Ja, willkommen in Molwanien! Denn das Reich, jahrzehntelang nur Kriegshistorikern und sowjetischen Drogenschmugglern bekannt war, öffnete seine Grenzen jetzt auch dem westlichen Touristen. Wobei - es könnte sein, dass Shakespeare schon von diesem Land sprach, als er schrieb:
"Verfemtes Reich, garstige Pockenhöhle, wo Elend sich vereint mit grimmem Los, und trüber Geist die Seele gar verödet. In der verruchten, wüsten Ebene. "
Allerdings sind sich die Shakespeare-Forscher nicht sicher, ob der Meister aus Stratford-on-Avon tatsächlich Molwanien meinte:
"Zwar ist die Republik Molwanien eines der kleinsten Länder Europas, doch hat sie dem anspruchsvollen Touristen viel zu bieten. Großartige Landschaften, prachtvolle neoklassizistische Architektur und Jahrhunderte der Hingabe an Kunst und Kultur sind zugegebenermaßen Mangelware. Der furchtlose Reisende wird in diesem einzigartigen, küstenfreien Nationalstaat jedoch viel zu seiner Erbauung finden. "
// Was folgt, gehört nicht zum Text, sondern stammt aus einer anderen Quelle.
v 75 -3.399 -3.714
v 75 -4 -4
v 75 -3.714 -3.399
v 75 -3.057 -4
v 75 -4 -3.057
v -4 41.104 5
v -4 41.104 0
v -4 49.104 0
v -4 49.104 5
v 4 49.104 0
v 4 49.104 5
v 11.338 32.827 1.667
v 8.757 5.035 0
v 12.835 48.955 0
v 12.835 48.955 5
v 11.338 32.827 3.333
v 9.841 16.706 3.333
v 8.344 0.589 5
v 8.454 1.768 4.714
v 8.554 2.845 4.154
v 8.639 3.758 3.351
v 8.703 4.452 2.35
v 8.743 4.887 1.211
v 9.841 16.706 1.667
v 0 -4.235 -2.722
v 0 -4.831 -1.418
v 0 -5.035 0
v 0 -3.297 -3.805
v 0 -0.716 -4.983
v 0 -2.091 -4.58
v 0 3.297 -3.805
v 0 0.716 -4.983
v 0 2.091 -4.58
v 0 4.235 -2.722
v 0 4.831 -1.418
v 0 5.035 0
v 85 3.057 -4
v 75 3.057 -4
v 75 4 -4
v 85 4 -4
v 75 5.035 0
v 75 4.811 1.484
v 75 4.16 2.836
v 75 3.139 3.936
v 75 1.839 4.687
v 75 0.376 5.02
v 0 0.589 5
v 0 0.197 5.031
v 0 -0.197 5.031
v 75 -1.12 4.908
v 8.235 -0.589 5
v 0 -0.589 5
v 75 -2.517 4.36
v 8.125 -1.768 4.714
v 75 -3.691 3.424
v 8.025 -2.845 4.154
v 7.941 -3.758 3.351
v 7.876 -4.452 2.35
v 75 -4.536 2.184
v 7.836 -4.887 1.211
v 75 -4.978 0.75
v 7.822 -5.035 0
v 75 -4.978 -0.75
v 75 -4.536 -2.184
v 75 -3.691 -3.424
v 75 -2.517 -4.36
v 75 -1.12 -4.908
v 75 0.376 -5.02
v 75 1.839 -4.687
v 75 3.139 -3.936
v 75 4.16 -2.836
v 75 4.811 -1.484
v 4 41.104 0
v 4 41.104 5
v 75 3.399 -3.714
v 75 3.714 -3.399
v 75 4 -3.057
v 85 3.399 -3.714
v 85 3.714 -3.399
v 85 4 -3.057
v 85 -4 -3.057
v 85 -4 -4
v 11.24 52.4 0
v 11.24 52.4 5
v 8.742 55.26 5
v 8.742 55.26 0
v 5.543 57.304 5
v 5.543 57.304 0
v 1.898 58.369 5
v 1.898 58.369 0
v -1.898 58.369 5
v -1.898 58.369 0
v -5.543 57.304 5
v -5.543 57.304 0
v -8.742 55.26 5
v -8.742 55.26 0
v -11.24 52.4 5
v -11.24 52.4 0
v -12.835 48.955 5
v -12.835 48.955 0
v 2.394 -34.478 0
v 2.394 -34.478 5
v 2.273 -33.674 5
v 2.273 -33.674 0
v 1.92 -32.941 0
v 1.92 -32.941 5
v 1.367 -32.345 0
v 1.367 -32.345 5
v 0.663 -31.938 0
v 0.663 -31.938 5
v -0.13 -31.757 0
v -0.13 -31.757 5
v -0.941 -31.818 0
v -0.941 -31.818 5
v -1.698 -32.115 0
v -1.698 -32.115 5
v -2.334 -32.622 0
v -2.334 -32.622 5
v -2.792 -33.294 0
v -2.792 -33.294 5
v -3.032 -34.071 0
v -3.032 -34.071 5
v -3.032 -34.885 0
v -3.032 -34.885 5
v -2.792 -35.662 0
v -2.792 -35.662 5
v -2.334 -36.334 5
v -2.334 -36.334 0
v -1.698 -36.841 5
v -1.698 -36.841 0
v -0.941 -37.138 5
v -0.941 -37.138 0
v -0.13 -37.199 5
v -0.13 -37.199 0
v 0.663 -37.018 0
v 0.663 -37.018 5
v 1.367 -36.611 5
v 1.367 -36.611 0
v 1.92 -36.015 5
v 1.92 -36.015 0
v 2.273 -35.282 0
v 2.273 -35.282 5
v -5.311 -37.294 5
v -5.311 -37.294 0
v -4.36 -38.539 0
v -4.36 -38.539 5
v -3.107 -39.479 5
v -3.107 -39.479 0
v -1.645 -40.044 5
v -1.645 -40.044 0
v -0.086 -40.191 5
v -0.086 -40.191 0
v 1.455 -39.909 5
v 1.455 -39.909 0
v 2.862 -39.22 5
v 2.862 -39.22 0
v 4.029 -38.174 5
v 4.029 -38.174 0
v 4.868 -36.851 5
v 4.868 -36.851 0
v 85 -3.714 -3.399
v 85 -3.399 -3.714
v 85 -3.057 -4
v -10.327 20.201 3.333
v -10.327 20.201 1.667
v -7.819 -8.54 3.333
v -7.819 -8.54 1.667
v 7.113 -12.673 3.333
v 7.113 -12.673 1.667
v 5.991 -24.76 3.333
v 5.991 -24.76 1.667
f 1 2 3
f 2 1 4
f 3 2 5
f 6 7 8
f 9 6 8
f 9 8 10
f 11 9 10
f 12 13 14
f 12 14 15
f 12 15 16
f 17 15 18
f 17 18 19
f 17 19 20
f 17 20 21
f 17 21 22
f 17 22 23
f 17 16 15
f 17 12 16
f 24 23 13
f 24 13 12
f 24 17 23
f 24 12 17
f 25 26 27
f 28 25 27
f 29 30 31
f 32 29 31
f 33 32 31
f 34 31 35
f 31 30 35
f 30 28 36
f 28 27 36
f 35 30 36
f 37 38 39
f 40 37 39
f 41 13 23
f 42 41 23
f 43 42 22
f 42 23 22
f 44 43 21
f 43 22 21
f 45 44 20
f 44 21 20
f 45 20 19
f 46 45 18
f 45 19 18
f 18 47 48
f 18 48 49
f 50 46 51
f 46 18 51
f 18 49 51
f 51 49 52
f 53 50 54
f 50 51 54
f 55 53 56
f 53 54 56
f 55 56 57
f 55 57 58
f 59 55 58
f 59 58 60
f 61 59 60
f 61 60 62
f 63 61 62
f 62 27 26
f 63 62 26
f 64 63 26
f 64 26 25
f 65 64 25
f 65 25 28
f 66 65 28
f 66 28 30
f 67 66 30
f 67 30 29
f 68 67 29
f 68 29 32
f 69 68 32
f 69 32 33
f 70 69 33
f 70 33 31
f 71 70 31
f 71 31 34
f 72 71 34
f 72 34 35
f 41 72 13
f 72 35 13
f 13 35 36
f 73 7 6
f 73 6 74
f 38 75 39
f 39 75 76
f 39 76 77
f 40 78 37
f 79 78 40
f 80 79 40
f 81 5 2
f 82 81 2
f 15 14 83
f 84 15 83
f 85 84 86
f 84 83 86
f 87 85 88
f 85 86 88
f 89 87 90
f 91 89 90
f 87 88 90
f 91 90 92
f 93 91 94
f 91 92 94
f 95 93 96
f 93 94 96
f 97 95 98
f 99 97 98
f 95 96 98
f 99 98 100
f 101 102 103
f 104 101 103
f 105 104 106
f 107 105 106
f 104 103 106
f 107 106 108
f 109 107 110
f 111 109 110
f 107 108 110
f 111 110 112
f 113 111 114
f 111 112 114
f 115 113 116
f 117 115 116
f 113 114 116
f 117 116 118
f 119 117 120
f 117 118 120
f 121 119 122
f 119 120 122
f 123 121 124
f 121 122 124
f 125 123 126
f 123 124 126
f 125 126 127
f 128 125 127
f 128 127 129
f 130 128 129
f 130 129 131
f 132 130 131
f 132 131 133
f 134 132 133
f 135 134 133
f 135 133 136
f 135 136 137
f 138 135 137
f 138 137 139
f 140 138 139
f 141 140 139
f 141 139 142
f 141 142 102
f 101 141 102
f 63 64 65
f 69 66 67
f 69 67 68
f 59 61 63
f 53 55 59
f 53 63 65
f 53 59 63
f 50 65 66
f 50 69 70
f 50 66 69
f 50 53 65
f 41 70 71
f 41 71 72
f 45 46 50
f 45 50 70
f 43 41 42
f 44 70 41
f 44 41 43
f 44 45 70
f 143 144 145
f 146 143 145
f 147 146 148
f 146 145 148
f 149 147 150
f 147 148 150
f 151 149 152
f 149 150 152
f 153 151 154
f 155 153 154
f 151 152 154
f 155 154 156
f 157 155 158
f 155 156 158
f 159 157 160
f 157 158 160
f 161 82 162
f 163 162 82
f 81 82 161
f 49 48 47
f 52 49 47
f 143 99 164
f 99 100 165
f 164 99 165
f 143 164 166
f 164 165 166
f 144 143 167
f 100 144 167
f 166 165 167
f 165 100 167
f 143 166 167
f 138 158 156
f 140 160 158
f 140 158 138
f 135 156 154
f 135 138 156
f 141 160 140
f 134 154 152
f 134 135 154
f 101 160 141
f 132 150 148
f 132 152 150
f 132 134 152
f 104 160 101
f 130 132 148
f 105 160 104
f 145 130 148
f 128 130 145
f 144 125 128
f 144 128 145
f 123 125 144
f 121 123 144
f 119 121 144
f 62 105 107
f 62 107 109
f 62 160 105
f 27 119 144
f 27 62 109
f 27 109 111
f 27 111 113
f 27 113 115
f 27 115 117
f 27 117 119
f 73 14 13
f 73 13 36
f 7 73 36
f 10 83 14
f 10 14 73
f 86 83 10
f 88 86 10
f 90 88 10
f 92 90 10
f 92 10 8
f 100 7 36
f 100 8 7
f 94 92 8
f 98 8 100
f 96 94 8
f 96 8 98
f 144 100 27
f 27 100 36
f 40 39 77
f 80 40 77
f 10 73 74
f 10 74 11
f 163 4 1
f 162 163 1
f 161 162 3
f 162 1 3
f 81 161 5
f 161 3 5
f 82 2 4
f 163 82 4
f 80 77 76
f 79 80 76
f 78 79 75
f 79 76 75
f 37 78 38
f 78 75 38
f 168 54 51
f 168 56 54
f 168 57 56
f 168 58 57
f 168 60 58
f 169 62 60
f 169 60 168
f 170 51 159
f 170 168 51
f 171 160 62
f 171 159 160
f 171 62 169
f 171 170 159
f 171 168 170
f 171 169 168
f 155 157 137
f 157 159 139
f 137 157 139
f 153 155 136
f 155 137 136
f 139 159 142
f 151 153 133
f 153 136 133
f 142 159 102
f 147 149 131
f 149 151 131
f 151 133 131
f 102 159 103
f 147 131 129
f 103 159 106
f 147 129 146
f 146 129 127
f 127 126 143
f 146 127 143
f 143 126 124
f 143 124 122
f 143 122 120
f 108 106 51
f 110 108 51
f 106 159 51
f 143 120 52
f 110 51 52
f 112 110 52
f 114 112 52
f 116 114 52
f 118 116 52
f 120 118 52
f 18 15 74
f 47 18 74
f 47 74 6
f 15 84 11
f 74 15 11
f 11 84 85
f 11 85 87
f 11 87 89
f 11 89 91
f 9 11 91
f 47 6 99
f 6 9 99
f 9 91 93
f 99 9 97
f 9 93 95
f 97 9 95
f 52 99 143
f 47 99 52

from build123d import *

# Parameters (mm, degrees)
F0_R     = 5.0345603454
F1_DEPTH = 75
F3_W     = 8
F3_H     = 8
F4_DEPTH = 5
F6_DEPTH = 10
F7_R     = 2.7283514887
F8_DEPTH = 25


with BuildPart() as f1:
    # F0 (on Right) → F1 (new body)
    with BuildSketch(Plane.YZ):
        Circle(F0_R)
    extrude(amount=F1_DEPTH)

    # F3 (on Top) → F4 (join)
    with BuildSketch(Plane.XY):
        with BuildLine():
            add(Edge.make_bspline(
                [(12.8348679437, 48.9545158337), (10.1793770282, 20.3342274985), (7.5238861127, -8.231182894), (4.8683951972, -36.8514712291)],
                knots=[0, 0, 0, 0, 86.1750085805, 86.1750085805, 86.1750085805, 86.1750085805], degree=3))
            ThreePointArc((12.8348679437, 48.9545158337), (-2.794e-06, 58.504055005), (-12.8348735316, 48.9545158337))
            add(Edge.make_bspline(
                [(-12.8348735316, 48.9545158337), (-10.3269097443, 20.1867005239), (-7.8189459569, -8.5262368434), (-5.3109821696, -37.2940521532)],
                knots=[0, 0, 0, 0, 86.5761192305, 86.5761192305, 86.5761192305, 86.5761192305], degree=3))
            ThreePointArc((-5.3109821696, -37.2940521532), (-0.0857201671, -40.1909529666), (4.8683951972, -36.8514712291))
        make_face()
        with Locations((-2.794e-06, 45.1040573379)):
            Rectangle(F3_W, F3_H, mode=Mode.SUBTRACT)
    extrude(amount=F4_DEPTH)

    # F7 (on face) → F8 (cut)
    with BuildSketch(Plane.XY.offset(5)):
        with Locations((-0.3341082492, -34.4780180346)):
            Circle(F7_R)
    extrude(amount=-F8_DEPTH, mode=Mode.SUBTRACT)


with BuildPart() as f6:
    # F5 (on face) → F6 (new body)
    with BuildSketch(Plane.YZ.offset(75)):
        with BuildLine():
            Line((3.0572533215, -4), (4, -4))
            Line((4, -4), (4, -3.0572533215))
            ThreePointArc((4, -3.0572533215), (3.5599717605, -3.5599717605), (3.0572533215, -4))
        make_face()
    extrude(amount=F6_DEPTH)


with BuildPart() as f6b:
    # F5 (on face) → F6, piece 2 (new body)
    with BuildSketch(Plane.YZ.offset(75)):
        with BuildLine():
            Line((-4, -4), (-3.0572533215, -4))
            ThreePointArc((-3.0572533215, -4), (-3.5599717605, -3.5599717605), (-4, -3.0572533215))
            Line((-4, -3.0572533215), (-4, -4))
        make_face()
    extrude(amount=F6_DEPTH)


solid = Compound([f1.part, f6.part, f6b.part])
Ein Beispiel, eines aus der Landwirtschaft: Die Rinder der Großen Ebene Molwaniens wurden genetisch modifiziert, so dass sie nur zwei Beine haben. Das verringert zwar den Fleischertrag, erleichtert aber das Hüten erheblich. Ein anderes Beispiel: In dem Land, dessen Hauptstadt Lutenblag heißt und in dem mit Strubl bezahlt wird, darf vegetarisches Essen nicht mehr als 25 Prozent Schweinefleisch enthalten.
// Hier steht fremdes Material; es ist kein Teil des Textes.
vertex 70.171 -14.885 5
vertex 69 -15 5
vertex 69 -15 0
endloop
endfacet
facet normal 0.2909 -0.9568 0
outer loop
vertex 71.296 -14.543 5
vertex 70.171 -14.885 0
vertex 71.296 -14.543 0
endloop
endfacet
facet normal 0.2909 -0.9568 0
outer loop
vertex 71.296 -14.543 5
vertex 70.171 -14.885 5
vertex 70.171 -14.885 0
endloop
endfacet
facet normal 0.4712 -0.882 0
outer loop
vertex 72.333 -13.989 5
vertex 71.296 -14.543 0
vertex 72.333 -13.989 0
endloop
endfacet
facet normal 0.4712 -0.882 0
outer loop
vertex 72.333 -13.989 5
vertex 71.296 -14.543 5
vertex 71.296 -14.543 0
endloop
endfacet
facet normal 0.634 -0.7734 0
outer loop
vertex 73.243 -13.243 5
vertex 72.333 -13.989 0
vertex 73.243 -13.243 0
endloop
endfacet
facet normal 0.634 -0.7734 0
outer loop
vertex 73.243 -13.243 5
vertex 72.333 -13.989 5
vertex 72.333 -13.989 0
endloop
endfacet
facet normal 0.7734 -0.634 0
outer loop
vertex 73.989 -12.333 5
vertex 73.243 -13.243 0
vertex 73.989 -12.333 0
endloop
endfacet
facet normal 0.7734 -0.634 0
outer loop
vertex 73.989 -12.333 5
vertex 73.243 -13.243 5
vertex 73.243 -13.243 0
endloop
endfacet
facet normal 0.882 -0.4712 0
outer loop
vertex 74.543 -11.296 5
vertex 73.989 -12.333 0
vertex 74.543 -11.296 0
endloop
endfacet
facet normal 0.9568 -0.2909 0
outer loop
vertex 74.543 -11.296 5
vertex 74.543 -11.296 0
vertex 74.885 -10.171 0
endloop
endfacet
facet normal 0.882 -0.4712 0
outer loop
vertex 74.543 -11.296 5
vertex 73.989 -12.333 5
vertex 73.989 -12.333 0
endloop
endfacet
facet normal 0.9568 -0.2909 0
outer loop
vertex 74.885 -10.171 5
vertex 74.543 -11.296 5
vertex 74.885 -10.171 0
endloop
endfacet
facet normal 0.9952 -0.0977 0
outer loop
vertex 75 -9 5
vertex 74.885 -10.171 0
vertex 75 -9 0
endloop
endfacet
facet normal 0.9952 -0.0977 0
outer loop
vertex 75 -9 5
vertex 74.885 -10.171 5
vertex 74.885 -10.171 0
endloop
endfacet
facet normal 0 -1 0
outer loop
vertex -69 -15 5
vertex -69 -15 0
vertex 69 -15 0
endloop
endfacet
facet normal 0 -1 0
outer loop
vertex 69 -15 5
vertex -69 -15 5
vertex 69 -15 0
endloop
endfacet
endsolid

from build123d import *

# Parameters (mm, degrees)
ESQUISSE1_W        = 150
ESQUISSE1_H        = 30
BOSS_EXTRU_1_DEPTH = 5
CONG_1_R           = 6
"Was auch immer Sie suchen mögen, in Molwanien werden Sie es wahrscheinlich finden. Sie brauchen nur ein paar Impfungen. Gegen Cholera, Typhus, Diphterie, Hepatitis A, Heptatits B, Polio, Tuberkulose, Hepatitis C, Meningitis, Malaria, Tetanus, Bengefieber und die von Zecken ausgehende Frühsommer-Emphezagilitis. Wer das Hinterland bereisen will, sollte auch eine vorsorgliche Dosis Antrhax erwägen. "
Man hört also schon: "Molwanien – Land des schadhaften Lächelns" ist ein Reiseführer, der präzise bis auf den letzten U-Bahnfahrplan recherchiert wurde. Ist es da nun wirklich schwerwiegend, dass es 'Molwanien' gar nicht gibt? Nimmt diese schlicht-banale Tatsache diesem Kleinod Osteuropas wirklich irgendetwas von seiner Faszination? Doch wohl nicht wirklich!
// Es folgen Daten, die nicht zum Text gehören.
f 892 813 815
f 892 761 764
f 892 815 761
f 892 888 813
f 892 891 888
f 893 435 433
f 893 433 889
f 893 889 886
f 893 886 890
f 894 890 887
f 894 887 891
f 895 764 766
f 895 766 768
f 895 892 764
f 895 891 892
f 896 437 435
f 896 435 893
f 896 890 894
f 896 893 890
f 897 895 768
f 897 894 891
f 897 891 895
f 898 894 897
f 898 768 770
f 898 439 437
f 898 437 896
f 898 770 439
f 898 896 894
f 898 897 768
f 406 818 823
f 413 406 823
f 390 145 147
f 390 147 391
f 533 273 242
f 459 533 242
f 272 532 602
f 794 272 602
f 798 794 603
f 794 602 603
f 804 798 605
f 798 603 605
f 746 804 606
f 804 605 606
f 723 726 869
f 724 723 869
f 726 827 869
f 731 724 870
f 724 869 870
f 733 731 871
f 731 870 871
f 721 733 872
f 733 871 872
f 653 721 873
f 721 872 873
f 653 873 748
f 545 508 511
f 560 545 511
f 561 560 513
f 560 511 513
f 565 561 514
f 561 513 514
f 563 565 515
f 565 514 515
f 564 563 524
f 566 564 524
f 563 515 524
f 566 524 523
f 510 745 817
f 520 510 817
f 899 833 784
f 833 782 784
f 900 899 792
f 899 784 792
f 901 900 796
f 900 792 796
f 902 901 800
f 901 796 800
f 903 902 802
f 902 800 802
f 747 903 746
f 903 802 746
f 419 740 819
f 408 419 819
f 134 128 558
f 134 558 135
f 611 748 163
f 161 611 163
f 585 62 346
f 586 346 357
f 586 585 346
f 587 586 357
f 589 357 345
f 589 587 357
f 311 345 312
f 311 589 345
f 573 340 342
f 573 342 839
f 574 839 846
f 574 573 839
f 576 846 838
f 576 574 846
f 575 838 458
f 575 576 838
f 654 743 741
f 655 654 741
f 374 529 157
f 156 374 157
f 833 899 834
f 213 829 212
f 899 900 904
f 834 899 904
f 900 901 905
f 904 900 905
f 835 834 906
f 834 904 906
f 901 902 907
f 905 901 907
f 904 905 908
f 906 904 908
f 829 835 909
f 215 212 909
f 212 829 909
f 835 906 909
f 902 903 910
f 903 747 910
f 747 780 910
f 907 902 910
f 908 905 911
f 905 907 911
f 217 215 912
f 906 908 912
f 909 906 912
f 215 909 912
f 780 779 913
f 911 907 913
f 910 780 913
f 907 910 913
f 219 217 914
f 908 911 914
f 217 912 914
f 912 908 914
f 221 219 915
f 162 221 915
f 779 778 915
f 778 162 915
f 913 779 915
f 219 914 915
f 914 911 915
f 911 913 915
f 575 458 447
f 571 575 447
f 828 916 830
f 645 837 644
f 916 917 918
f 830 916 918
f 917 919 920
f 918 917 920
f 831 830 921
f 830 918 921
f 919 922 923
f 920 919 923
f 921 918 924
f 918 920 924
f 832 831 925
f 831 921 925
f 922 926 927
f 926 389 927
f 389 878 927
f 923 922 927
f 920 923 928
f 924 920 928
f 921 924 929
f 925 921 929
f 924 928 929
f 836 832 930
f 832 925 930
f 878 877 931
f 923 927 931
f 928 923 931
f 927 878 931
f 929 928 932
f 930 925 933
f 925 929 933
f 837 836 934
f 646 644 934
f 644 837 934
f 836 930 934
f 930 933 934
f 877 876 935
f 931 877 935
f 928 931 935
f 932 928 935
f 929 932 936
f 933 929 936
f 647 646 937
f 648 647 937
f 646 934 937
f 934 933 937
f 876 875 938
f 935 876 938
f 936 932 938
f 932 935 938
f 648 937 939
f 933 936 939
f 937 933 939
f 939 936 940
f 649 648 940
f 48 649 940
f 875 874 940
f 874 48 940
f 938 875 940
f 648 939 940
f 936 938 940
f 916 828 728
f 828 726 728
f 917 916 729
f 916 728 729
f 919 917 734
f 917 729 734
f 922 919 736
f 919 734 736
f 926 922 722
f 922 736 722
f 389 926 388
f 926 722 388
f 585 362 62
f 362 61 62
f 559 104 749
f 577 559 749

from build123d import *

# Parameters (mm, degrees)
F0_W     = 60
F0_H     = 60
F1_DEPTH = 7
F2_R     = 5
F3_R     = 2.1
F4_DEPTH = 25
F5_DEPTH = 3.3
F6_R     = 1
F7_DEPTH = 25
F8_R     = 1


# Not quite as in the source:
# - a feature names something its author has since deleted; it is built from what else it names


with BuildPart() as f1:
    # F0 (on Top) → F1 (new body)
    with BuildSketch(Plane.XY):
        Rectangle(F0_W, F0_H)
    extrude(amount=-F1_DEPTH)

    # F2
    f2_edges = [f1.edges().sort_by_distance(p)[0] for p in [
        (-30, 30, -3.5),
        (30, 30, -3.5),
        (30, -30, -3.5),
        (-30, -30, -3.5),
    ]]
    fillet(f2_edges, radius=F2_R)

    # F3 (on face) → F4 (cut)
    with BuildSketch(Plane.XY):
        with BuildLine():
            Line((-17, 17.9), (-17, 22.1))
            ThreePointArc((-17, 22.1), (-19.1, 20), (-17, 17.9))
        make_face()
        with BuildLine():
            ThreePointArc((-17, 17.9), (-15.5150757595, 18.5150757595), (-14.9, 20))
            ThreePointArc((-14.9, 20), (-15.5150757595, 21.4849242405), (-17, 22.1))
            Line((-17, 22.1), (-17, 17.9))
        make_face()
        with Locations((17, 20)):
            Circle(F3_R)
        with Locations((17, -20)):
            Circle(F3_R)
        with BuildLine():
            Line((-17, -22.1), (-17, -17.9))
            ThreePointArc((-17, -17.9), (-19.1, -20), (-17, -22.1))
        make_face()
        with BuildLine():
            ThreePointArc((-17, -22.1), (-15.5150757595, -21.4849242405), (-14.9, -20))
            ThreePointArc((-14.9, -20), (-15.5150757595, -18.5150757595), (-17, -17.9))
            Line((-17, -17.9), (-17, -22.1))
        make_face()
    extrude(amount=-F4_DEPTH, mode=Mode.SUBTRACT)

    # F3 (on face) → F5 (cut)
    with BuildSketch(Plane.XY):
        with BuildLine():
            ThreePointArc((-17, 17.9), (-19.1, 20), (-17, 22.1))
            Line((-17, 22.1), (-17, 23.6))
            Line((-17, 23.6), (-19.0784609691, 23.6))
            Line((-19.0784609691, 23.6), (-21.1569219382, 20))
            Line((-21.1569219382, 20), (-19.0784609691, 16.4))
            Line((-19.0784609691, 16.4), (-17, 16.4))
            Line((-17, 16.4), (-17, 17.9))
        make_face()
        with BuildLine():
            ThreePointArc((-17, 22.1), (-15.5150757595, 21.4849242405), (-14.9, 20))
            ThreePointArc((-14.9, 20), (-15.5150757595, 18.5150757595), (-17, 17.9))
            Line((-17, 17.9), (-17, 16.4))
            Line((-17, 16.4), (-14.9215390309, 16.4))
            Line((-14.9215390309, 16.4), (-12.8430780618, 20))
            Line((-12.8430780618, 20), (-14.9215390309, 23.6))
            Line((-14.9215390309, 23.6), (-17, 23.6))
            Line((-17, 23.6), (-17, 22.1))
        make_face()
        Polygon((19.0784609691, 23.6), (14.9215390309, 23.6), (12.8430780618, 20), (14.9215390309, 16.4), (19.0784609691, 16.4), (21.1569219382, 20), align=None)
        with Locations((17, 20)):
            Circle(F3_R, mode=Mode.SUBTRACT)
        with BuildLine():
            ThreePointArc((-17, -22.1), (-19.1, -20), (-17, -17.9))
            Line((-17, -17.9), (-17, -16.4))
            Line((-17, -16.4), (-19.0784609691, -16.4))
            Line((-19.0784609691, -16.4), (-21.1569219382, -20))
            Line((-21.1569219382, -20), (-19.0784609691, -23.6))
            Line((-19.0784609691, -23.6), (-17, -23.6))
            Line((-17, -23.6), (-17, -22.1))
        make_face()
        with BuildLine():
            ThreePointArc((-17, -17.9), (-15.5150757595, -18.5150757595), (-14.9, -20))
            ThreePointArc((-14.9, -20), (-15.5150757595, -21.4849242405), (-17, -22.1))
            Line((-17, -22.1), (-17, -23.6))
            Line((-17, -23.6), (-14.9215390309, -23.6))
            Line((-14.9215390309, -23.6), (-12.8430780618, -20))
Santo Cilauro, Tom Gleisner & Rob Sitch haben mit ihrem – nun ja – virtuellen Reiseführer für furchtlose Touristen, den Andreas Horchler in diesem Feature sozusagen in kongenialem Wahnsinn akustisch adaptiert hat, alle haben in gewisser Weise auch eine Enzyklopädie unserer Vorurteile geschaffen. Denn "Molwanien – Land des schadhaften Lächelns" vereint selbstredend all das, was wir immer schon über einen dieser neuen Staaten auf dem Gebiet des ehemals real existierenden Sozialismus zu wissen glaubten. Was also die Boulevard-Gazetten oder auch die spektakulären TV-Reportagen über Warlords, aidsverseuchte Prostituierte – beiderlei Geschlechts – oder Schlagerstars, die nicht nur wie Transvestiten aussehen, berichten, es springt uns in diesem Hörbuch auf konzentrierte Weise entgegen, und wegen dieser immensen Anhäufung laden die Klischees nach dem Lachen zunächst zu Staunen und dann zur – offen gestanden - verschämten Reflexion ein. Ist es nicht ein wenig peinlich, dass wir all das wirklich bereit wären zu glauben, dass Molwanien so wie Molwanien ist?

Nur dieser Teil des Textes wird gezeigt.